8 July 2019 - Juan Casanova

Abstract

Meta-resolution is the name of the algorithm that I have developed to find provable instantiations of formulas with meta-variables in first-order logic that minimizes the search space through least commitment approaches. The need to develop this algorithm came from performance problems in applying the framework for finding faults in logical ontologies based on fault patterns that I had considered previously, but it has quickly come to our attention that it may have many other applications.

Questions that I often hear about it is how its unification approach is related to higher order unification and whether we are sure that the problem cannot be solved in an easier way using existing automated theorem proving algorithms. For some time, my answers to these questions were based mostly on intuition and examples.

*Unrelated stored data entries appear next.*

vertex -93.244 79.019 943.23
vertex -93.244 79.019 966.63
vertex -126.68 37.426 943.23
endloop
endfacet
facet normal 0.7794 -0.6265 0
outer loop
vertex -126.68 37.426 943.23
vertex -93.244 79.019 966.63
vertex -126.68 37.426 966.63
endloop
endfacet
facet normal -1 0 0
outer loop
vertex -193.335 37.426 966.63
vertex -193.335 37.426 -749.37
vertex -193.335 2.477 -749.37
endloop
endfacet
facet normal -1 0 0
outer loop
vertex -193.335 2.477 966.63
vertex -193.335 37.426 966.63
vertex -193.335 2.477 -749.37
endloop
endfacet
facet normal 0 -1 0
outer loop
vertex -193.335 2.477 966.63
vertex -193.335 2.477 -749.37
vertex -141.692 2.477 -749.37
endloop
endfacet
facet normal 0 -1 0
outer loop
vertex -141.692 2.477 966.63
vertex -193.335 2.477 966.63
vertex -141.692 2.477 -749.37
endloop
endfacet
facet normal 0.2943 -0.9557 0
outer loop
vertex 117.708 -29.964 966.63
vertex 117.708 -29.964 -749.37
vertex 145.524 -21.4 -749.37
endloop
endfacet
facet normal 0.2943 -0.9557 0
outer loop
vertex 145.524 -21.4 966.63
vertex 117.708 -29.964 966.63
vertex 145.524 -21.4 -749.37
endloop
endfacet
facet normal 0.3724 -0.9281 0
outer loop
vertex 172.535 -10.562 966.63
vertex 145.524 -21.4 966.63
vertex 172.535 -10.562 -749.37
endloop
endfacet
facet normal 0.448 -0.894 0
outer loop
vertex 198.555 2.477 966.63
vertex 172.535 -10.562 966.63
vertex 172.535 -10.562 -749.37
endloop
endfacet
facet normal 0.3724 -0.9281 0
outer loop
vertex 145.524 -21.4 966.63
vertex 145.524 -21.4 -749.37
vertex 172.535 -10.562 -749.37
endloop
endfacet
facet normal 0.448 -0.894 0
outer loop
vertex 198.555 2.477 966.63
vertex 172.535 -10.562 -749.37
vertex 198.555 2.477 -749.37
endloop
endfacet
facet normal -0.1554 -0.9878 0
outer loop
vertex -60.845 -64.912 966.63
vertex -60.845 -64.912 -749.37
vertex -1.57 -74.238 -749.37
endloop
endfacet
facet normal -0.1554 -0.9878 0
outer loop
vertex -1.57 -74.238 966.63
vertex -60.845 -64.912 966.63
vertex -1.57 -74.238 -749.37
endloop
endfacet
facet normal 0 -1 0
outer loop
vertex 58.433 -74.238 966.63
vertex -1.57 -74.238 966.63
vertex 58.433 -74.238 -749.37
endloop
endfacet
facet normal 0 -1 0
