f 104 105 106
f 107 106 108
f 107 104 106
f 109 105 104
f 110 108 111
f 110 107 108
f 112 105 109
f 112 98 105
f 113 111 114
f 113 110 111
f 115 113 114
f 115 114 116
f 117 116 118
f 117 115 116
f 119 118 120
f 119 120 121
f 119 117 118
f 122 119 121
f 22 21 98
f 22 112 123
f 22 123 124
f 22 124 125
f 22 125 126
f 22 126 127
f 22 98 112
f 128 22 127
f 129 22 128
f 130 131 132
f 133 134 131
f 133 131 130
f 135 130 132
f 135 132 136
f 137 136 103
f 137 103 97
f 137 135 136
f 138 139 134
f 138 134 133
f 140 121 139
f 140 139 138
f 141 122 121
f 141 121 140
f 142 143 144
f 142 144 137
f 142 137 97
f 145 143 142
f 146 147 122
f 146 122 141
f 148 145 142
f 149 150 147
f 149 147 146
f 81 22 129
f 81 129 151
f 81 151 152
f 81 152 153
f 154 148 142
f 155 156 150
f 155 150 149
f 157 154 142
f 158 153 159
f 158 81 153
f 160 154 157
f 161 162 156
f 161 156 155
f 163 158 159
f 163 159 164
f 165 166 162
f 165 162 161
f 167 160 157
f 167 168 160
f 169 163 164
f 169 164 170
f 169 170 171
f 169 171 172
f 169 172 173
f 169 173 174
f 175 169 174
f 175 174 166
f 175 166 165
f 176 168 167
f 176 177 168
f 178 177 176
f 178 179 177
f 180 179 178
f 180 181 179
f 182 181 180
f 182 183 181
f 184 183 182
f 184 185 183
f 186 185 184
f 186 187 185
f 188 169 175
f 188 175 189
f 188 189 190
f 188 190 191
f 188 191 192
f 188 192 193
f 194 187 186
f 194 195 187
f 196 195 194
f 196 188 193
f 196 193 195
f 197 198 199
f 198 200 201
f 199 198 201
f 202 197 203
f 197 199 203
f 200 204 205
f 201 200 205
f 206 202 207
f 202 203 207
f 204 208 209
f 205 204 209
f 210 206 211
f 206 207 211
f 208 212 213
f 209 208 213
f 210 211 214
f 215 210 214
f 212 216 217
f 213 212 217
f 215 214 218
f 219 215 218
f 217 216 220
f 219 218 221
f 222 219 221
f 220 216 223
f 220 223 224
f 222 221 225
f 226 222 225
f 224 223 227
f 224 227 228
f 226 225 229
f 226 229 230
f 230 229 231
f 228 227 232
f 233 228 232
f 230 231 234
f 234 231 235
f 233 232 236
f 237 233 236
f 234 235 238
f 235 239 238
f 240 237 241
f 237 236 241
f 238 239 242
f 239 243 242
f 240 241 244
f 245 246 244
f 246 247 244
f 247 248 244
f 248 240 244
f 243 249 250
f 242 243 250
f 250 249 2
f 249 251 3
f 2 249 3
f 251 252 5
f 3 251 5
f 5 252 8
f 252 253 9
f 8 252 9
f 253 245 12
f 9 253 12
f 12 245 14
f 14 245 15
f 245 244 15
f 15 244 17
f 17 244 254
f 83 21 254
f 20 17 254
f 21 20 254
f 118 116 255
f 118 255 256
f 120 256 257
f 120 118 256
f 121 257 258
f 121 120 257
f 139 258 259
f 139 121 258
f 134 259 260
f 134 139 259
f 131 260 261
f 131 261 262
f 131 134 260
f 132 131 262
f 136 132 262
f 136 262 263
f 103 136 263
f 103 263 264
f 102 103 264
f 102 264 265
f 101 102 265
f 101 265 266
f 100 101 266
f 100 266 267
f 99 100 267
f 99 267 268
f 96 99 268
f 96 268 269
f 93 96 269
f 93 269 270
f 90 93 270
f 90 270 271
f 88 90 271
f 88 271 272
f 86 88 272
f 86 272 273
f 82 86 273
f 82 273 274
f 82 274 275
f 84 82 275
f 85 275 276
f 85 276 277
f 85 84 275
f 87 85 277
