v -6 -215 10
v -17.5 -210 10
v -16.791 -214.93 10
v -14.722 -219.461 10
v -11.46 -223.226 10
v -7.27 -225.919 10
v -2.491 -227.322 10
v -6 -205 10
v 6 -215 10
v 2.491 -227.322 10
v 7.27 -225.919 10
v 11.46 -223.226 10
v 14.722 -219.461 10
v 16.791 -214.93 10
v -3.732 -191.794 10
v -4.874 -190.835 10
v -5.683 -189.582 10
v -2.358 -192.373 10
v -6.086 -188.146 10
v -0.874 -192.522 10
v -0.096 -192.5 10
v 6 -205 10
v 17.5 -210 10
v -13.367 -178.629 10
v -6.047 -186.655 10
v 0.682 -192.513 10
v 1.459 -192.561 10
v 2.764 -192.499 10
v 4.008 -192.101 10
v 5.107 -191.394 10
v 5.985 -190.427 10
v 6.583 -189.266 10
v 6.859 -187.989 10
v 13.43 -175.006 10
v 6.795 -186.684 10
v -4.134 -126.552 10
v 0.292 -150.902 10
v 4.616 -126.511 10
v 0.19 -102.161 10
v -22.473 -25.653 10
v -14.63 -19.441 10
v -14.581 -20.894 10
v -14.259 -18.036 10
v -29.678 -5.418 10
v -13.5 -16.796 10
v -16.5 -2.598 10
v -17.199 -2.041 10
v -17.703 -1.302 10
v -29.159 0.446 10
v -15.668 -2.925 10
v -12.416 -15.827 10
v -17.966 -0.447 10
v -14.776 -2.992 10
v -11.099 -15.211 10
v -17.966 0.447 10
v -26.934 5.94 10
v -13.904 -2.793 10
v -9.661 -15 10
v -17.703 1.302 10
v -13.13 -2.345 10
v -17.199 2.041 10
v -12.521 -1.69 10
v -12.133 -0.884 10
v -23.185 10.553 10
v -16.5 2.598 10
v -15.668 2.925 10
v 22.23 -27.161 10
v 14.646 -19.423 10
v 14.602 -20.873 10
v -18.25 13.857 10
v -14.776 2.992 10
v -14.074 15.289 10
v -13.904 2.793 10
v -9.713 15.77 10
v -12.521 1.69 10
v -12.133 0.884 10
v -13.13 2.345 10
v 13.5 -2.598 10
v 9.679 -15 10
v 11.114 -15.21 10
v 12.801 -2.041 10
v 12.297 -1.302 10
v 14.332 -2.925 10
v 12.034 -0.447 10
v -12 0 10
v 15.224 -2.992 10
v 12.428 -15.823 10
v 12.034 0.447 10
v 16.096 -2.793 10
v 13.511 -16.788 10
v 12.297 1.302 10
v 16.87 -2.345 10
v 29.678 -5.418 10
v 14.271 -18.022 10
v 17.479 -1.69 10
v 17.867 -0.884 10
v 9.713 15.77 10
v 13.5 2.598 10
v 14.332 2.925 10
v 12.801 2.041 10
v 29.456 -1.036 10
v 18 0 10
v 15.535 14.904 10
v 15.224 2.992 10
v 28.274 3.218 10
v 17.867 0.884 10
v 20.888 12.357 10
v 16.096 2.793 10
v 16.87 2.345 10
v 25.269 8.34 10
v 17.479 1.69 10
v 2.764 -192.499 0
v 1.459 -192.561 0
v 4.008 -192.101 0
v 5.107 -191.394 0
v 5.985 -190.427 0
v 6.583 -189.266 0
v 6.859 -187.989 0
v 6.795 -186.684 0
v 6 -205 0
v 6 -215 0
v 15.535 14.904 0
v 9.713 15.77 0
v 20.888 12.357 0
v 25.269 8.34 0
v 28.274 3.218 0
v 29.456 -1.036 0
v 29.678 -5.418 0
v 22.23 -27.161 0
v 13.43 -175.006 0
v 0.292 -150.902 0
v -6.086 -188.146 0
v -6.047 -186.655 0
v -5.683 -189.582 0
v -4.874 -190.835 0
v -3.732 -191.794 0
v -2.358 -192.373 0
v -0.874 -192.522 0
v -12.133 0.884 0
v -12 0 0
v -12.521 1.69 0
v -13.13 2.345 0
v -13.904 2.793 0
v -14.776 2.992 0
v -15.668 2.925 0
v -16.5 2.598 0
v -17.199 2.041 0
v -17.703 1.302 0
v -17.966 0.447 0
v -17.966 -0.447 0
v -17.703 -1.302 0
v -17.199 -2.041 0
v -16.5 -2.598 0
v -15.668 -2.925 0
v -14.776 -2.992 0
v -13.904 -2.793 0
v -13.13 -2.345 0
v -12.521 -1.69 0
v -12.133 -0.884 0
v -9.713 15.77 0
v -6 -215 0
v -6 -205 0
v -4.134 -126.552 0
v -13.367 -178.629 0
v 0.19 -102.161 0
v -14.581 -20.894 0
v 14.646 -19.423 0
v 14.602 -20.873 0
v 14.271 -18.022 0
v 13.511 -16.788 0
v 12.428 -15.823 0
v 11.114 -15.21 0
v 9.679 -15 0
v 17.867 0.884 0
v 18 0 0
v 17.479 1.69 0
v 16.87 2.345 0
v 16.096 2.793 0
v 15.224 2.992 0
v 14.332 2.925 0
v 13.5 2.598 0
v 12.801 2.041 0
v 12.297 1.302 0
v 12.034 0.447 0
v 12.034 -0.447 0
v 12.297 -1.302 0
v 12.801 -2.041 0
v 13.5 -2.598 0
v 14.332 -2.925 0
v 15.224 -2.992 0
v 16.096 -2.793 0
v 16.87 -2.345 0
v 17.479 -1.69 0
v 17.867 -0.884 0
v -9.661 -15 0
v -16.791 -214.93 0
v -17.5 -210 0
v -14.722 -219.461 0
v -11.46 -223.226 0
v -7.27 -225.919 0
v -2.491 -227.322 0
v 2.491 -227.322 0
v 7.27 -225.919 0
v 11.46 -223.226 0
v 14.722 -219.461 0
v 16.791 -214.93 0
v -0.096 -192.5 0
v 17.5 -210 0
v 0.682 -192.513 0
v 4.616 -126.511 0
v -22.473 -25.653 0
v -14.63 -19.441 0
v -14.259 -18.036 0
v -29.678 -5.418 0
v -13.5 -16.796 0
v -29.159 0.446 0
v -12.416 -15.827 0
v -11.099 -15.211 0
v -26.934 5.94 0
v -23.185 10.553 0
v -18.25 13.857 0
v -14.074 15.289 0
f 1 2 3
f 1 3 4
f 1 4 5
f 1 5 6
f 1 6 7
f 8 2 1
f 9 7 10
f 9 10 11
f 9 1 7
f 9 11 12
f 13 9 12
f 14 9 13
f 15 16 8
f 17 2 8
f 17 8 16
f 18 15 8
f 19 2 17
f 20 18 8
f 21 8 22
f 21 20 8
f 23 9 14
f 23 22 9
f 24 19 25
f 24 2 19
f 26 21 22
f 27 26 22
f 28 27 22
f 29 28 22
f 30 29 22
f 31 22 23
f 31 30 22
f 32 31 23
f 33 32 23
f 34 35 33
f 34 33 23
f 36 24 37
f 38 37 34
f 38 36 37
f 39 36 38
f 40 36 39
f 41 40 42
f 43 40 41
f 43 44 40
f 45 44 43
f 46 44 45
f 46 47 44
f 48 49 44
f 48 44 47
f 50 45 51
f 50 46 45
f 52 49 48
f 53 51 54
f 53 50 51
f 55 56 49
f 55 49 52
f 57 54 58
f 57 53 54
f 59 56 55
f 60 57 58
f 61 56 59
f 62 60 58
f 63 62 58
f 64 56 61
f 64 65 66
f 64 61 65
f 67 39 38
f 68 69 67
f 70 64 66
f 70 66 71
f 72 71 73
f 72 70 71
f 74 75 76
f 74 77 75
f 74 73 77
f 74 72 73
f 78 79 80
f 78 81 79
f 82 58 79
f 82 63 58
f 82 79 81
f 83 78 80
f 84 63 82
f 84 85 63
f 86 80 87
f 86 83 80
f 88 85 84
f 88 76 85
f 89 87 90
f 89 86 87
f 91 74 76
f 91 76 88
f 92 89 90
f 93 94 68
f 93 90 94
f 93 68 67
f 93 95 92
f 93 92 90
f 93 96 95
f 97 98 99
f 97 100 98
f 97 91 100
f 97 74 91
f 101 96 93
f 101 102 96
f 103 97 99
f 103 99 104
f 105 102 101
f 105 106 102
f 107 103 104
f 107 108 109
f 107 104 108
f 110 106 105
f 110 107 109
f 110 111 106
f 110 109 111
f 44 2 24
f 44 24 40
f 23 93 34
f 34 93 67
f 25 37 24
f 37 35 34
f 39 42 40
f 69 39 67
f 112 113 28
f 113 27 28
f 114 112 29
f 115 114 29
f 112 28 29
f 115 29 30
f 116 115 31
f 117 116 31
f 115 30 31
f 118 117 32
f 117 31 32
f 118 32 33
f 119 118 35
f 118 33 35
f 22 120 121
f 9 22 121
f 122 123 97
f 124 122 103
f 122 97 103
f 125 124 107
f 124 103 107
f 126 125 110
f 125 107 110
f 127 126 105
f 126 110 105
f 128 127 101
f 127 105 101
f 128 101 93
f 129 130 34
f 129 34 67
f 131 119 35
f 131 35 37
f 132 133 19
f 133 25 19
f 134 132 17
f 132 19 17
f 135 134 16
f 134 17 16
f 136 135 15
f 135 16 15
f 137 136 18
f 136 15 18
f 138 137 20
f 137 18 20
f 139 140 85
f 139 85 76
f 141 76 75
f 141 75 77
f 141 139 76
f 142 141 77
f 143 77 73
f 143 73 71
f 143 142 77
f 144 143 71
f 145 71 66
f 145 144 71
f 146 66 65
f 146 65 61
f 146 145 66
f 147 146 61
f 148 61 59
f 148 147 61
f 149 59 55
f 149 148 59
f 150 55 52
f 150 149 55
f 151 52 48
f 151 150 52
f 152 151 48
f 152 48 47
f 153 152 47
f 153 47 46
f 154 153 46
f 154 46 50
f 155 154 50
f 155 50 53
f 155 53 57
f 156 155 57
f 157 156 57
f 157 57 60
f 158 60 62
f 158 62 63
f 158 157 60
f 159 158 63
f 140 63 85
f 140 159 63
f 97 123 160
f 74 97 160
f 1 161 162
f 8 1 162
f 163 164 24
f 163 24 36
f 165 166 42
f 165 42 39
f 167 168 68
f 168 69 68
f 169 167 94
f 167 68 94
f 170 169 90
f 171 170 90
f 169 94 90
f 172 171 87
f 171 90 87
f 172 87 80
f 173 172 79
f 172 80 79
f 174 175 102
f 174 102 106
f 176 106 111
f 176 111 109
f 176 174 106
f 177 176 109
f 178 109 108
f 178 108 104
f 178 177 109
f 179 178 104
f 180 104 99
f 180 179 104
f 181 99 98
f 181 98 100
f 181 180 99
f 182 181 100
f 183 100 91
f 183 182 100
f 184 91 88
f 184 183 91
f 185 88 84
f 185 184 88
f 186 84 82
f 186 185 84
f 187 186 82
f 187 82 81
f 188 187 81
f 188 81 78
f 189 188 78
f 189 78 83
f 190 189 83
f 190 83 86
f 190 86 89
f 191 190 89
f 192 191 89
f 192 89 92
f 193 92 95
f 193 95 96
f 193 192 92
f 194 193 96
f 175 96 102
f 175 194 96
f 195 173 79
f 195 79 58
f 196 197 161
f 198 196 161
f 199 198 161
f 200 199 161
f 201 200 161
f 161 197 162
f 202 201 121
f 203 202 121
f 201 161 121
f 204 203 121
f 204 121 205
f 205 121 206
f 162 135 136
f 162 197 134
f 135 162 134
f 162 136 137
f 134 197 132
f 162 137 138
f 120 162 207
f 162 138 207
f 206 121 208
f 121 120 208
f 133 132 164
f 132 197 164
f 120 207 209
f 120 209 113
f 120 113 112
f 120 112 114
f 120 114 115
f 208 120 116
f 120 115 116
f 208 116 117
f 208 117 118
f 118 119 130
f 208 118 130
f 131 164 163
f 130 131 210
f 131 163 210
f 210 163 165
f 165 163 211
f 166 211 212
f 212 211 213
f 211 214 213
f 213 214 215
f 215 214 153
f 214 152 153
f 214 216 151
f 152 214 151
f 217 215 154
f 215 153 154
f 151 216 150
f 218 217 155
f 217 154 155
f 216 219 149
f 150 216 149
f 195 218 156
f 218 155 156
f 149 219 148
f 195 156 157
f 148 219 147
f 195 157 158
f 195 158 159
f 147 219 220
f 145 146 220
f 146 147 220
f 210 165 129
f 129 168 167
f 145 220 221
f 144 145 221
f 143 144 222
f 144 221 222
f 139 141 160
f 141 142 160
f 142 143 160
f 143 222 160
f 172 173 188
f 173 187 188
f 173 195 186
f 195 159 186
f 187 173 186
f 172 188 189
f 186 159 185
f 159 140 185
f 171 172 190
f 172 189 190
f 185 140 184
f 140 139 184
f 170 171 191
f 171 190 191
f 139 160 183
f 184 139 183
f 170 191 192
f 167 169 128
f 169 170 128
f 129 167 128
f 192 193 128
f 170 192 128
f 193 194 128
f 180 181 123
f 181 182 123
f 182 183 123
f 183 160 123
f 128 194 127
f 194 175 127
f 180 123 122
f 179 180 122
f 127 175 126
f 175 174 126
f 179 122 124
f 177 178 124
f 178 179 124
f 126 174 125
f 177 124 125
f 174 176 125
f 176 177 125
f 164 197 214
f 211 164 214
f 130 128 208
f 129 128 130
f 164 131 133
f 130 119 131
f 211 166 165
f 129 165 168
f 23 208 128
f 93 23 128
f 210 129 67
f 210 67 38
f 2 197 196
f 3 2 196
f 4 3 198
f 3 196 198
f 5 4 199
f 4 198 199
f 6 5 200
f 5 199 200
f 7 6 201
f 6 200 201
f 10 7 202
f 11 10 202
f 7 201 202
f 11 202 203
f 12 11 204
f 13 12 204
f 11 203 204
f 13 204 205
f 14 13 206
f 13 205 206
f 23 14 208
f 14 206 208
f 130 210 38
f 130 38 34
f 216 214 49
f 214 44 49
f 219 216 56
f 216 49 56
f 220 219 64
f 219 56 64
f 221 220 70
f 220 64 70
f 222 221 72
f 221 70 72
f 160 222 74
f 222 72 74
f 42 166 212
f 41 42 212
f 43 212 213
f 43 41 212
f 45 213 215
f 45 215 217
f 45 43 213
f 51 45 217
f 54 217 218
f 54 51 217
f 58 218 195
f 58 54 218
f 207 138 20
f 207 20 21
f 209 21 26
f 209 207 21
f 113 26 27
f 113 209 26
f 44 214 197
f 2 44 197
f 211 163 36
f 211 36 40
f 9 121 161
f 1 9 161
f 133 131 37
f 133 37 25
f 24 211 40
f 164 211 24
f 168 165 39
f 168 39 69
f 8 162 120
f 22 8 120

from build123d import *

# Parameters (mm, degrees)
SKETCH1_R           = 3
BOSS_EXTRUDE2_DEPTH = 10
FILLET1_R           = 20
FILLET2_R           = 20
CUT_EXTRUDE1_START  = -10
CUT_EXTRUDE1_DEPTH  = 10
FILLET3_R           = 5


with BuildPart() as part:
    # Sketch1 → Boss-Extrude2 (new body)
    with BuildSketch(Plane.XY):
        with BuildLine():
            Line((-30, 15.770412854), (-30, 0))
            Line((-30, 0), (-17.5, -210))
            ThreePointArc((-17.5, -210), (0, -227.5), (17.5, -210))
            Line((17.5, -210), (30, 0))
            Line((30, 0), (30, 15.770412854))
            Line((30, 15.770412854), (-30, 15.770412854))
        make_face()
        with Locations((-15, 0)):
            Circle(SKETCH1_R, mode=Mode.SUBTRACT)
        with Locations((15, 0)):
            Circle(SKETCH1_R, mode=Mode.SUBTRACT)
        Polygon((0, -205), (6, -205), (6, -215), (-6, -215), (-6, -205), align=None, mode=Mode.SUBTRACT)
    extrude(amount=BOSS_EXTRUDE2_DEPTH)

    # Fillet1
    fillet1_edges = [part.edges().sort_by_distance(p)[0] for p in [
        (-30, 15.770412854, 5),
    ]]
    fillet(fillet1_edges, radius=FILLET1_R)

    # Fillet2
    fillet2_edges = [part.edges().sort_by_distance(p)[0] for p in [
        (30, 15.770412854, 5),
    ]]
    fillet(fillet2_edges, radius=FILLET2_R)

    # Sketch4 → Cut-Extrude1 (cut)
    with BuildSketch(Plane.XY.offset(10).offset(CUT_EXTRUDE1_START)):
        Polygon((-15.651797422, -15), (0.190220551, -102.160979768), (15.643622882, -15), (15, -15), align=None)
        Polygon((-22.473027071, -25.6531452), (-13.367328465, -178.628881795), (-4.134156204, -126.551525408), align=None)
        Polygon((22.230419841, -27.161313899), (4.615986353, -126.511039477), (13.430162671, -175.005634359), align=None)
        with BuildLine():
            Line((0.291609598, -150.901585116), (-7.372445375, -194.128735111))
            ThreePointArc((-7.372445375, -194.128735111), (0.476576628, -192.506490497), (8.225632191, -194.553674383))
            Line((8.225632191, -194.553674383), (0.291609598, -150.901585116))
        make_face()
    extrude(amount=CUT_EXTRUDE1_DEPTH, mode=Mode.SUBTRACT)

    # Fillet3
    fillet3_edges = [part.edges().sort_by_distance(p)[0] for p in [
        (8.225632191, -194.553674383, 5),
        (-7.372445375, -194.128735111, 5),
        (-15.651797422, -15, 5),
        (15.643622882, -15, 5),
    ]]
    fillet(fillet3_edges, radius=FILLET3_R)


solid = part.part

I can now provide a better response: formulas with meta-variables are a particular case of second order logic formulas, but finding provable instantiations for them is not a particular case of second order theorem proving and, perhaps more importantly, restrictions in the second order elements that may appear in the formulas make meta-resolution able to reduce the search space considerably by exploiting these restrictions.

In the talk, I will briefly motivate and introduce meta-resolution in the context of my PhD, explain the notions described above and more importantly give an account of what meta-resolution is and why it is a good approach to this problem. This talk is part of my second year PhD review and as such I will describe the wide range of insights that I have gained over the last year about the problem that I am trying to solve and my approach to it.